Data records: Begin

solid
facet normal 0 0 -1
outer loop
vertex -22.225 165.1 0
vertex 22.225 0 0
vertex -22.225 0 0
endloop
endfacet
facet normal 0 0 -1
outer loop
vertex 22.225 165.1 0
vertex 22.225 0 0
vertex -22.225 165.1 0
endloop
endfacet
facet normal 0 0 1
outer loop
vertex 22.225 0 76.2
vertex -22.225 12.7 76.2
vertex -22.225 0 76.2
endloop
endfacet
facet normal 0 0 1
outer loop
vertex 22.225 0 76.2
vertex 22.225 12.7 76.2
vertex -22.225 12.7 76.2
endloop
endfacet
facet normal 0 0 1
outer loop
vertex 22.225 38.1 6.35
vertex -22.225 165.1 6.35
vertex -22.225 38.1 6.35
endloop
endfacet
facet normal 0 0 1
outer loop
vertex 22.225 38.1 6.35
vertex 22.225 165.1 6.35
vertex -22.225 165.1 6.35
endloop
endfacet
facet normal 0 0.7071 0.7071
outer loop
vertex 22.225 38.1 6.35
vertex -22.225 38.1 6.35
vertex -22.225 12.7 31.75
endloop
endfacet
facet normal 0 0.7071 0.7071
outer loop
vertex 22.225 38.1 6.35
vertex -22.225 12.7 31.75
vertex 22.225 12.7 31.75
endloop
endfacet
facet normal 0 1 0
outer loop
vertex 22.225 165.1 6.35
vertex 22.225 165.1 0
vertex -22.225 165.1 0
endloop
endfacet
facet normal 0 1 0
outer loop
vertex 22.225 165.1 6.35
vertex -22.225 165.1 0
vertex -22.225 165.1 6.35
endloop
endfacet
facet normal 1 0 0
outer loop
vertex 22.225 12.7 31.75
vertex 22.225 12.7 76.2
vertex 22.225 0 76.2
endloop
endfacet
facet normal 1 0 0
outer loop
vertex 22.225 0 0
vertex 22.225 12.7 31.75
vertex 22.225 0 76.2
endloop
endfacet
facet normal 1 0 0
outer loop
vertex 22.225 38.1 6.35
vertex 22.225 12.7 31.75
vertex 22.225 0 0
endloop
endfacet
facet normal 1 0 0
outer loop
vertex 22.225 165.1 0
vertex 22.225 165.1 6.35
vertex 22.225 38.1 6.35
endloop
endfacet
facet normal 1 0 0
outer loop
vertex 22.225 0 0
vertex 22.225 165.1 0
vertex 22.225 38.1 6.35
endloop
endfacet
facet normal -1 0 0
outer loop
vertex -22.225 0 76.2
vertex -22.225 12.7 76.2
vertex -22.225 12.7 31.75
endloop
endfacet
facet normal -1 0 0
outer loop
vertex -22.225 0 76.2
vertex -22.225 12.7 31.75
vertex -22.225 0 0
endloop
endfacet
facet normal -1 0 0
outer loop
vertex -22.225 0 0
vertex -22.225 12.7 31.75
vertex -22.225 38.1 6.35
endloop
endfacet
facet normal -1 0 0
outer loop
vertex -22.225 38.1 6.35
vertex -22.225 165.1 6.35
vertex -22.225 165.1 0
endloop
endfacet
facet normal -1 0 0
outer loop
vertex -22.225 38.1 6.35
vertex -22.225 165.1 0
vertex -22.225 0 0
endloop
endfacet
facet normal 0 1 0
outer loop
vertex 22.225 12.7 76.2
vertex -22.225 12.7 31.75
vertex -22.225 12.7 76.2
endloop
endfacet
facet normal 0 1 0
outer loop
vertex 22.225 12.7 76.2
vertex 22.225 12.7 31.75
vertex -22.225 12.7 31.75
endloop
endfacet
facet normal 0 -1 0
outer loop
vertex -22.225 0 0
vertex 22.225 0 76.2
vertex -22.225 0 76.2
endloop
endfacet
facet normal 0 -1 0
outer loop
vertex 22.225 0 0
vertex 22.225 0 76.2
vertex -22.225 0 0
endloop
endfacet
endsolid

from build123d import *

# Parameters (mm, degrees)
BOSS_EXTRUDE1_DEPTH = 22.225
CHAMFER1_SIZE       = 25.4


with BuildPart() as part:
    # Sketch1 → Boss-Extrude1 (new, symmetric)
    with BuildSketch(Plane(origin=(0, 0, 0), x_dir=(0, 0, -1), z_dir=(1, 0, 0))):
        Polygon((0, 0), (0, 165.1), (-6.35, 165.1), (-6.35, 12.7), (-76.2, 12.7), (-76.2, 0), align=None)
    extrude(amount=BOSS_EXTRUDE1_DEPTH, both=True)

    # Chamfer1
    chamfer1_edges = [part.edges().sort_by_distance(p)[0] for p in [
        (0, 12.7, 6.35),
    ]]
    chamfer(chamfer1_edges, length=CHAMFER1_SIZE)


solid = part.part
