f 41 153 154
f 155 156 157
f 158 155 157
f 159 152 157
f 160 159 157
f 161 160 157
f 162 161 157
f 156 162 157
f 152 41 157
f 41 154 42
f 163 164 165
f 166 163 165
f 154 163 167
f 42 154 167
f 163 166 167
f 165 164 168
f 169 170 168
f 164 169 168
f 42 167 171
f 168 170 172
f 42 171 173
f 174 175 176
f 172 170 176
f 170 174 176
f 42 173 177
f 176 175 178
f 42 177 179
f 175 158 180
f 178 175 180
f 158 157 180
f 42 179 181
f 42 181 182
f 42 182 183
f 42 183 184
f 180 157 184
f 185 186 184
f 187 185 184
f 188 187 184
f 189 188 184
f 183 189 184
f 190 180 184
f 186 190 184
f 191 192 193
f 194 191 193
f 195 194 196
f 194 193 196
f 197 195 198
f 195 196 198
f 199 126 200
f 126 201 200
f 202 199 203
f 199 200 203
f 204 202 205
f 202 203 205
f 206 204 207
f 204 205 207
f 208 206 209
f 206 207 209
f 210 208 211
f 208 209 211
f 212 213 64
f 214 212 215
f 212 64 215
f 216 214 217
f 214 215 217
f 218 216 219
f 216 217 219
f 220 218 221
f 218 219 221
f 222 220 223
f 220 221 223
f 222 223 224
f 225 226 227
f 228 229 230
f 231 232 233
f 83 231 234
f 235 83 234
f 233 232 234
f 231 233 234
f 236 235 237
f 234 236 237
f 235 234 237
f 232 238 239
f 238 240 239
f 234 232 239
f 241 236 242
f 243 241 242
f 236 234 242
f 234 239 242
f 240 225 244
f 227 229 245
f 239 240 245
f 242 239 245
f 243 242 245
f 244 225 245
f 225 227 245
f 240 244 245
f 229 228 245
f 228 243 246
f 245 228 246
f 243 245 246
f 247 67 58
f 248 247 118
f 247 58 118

Data records: End

Exercise goal
In full and without alteration, write out the data above.

Result of this exercise
solid
facet normal 0 0 -1
outer loop
vertex -22.225 165.1 0
vertex 22.225 0 0
vertex -22.225 0 0
endloop
endfacet
facet normal 0 0 -1
outer loop
vertex 22.225 165.1 0
vertex 22.225 0 0
vertex -22.225 165.1 0
endloop
endfacet
facet normal 0 0 1
outer loop
vertex 22.225 0 76.2
vertex -22.225 12.7 76.2
vertex -22.225 0 76.2
endloop
endfacet
facet normal 0 0 1
outer loop
vertex 22.225 0 76.2
vertex 22.225 12.7 76.2
vertex -22.225 12.7 76.2
endloop
endfacet
facet normal 0 0 1
outer loop
vertex 22.225 38.1 6.35
vertex -22.225 165.1 6.35
vertex -22.225 38.1 6.35
endloop
endfacet
facet normal 0 0 1
outer loop
vertex 22.225 38.1 6.35
vertex 22.225 165.1 6.35
vertex -22.225 165.1 6.35
endloop
endfacet
facet normal 0 0.7071 0.7071
outer loop
vertex 22.225 38.1 6.35
vertex -22.225 38.1 6.35
vertex -22.225 12.7 31.75
endloop
endfacet
facet normal 0 0.7071 0.7071
outer loop
vertex 22.225 38.1 6.35
vertex -22.225 12.7 31.75
vertex 22.225 12.7 31.75
endloop
endfacet
facet normal 0 1 0
outer loop
vertex 22.225 165.1 6.35
vertex 22.225 165.1 0
vertex -22.225 165.1 0
endloop
endfacet
facet normal 0 1 0
outer loop
vertex 22.225 165.1 6.35
vertex -22.225 165.1 0
vertex -22.225 165.1 6.35
endloop
endfacet
facet normal 1 0 0
outer loop
vertex 22.225 12.7 31.75
vertex 22.225 12.7 76.2
vertex 22.225 0 76.2
endloop
endfacet
facet normal 1 0 0
outer loop
vertex 22.225 0 0
vertex 22.225 12.7 31.75
vertex 22.225 0 76.2
endloop
endfacet
facet normal 1 0 0
outer loop
vertex 22.225 38.1 6.35
vertex 22.225 12.7 31.75
vertex 22.225 0 0
endloop
endfacet
facet normal 1 0 0
outer loop
vertex 22.225 165.1 0
vertex 22.225 165.1 6.35
vertex 22.225 38.1 6.35
endloop
endfacet
facet normal 1 0 0
outer loop
vertex 22.225 0 0
vertex 22.225 165.1 0
vertex 22.225 38.1 6.35
endloop
endfacet
facet normal -1 0 0
outer loop
vertex -22.225 0 76.2
vertex -22.225 12.7 76.2
vertex -22.225 12.7 31.75
endloop
endfacet
facet normal -1 0 0
outer loop
vertex -22.225 0 76.2
vertex -22.225 12.7 31.75
vertex -22.225 0 0
endloop
endfacet
facet normal -1 0 0
outer loop
vertex -22.225 0 0
vertex -22.225 12.7 31.75
vertex -22.225 38.1 6.35
endloop
endfacet
facet normal -1 0 0
outer loop
vertex -22.225 38.1 6.35
vertex -22.225 165.1 6.35
vertex -22.225 165.1 0
endloop
endfacet
facet normal -1 0 0
outer loop
vertex -22.225 38.1 6.35
vertex -22.225 165.1 0
vertex -22.225 0 0
endloop
endfacet
facet normal 0 1 0
outer loop
vertex 22.225 12.7 76.2
vertex -22.225 12.7 31.75
vertex -22.225 12.7 76.2
endloop
endfacet
facet normal 0 1 0
outer loop
vertex 22.225 12.7 76.2
vertex 22.225 12.7 31.75
vertex -22.225 12.7 31.75
endloop
endfacet
facet normal 0 -1 0
outer loop
vertex -22.225 0 0
vertex 22.225 0 76.2
vertex -22.225 0 76.2
endloop
endfacet
facet normal 0 -1 0
outer loop
vertex 22.225 0 0
vertex 22.225 0 76.2
vertex -22.225 0 0
endloop
endfacet
endsolid

from build123d import *

# Parameters (mm, degrees)
BOSS_EXTRUDE1_DEPTH = 22.225
CHAMFER1_SIZE       = 25.4


with BuildPart() as part:
    # Sketch1 → Boss-Extrude1 (new, symmetric)
    with BuildSketch(Plane(origin=(0, 0, 0), x_dir=(0, 0, -1), z_dir=(1, 0, 0))):
        Polygon((0, 0), (0, 165.1), (-6.35, 165.1), (-6.35, 12.7), (-76.2, 12.7), (-76.2, 0), align=None)
    extrude(amount=BOSS_EXTRUDE1_DEPTH, both=True)

    # Chamfer1
    chamfer1_edges = [part.edges().sort_by_distance(p)[0] for p in [
        (0, 12.7, 6.35),
    ]]
    chamfer(chamfer1_edges, length=CHAMFER1_SIZE)


solid = part.part
f 41 153 154
f 155 156 157
f 158 155 157
f 159 152 157
f 160 159 157
f 161 160 157
f 162 161 157
f 156 162 157
f 152 41 157
f 41 154 42
f 163 164 165
f 166 163 165
f 154 163 167
f 42 154 167
f 163 166 167
f 165 164 168
f 169 170 168
f 164 169 168
f 42 167 171
f 168 170 172
f 42 171 173
f 174 175 176
f 172 170 176
f 170 174 176
f 42 173 177
f 176 175 178
f 42 177 179
f 175 158 180
f 178 175 180
f 158 157 180
f 42 179 181
f 42 181 182
f 42 182 183
f 42 183 184
f 180 157 184
f 185 186 184
f 187 185 184
f 188 187 184
f 189 188 184
f 183 189 184
f 190 180 184
f 186 190 184
f 191 192 193
f 194 191 193
f 195 194 196
f 194 193 196
f 197 195 198
f 195 196 198
f 199 126 200
f 126 201 200
f 202 199 203
f 199 200 203
f 204 202 205
f 202 203 205
f 206 204 207
f 204 205 207
f 208 206 209
f 206 207 209
f 210 208 211
f 208 209 211
f 212 213 64
f 214 212 215
f 212 64 215
f 216 214 217
f 214 215 217
f 218 216 219
f 216 217 219
f 220 218 221
f 218 219 221
f 222 220 223
f 220 221 223
f 222 223 224
f 225 226 227
f 228 229 230
f 231 232 233
f 83 231 234
f 235 83 234
f 233 232 234
f 231 233 234
f 236 235 237
f 234 236 237
f 235 234 237
f 232 238 239
f 238 240 239
f 234 232 239
f 241 236 242
f 243 241 242
f 236 234 242
f 234 239 242
f 240 225 244
f 227 229 245
f 239 240 245
f 242 239 245
f 243 242 245
f 244 225 245
f 225 227 245
f 240 244 245
f 229 228 245
f 228 243 246
f 245 228 246
f 243 245 246
f 247 67 58
f 248 247 118
f 247 58 118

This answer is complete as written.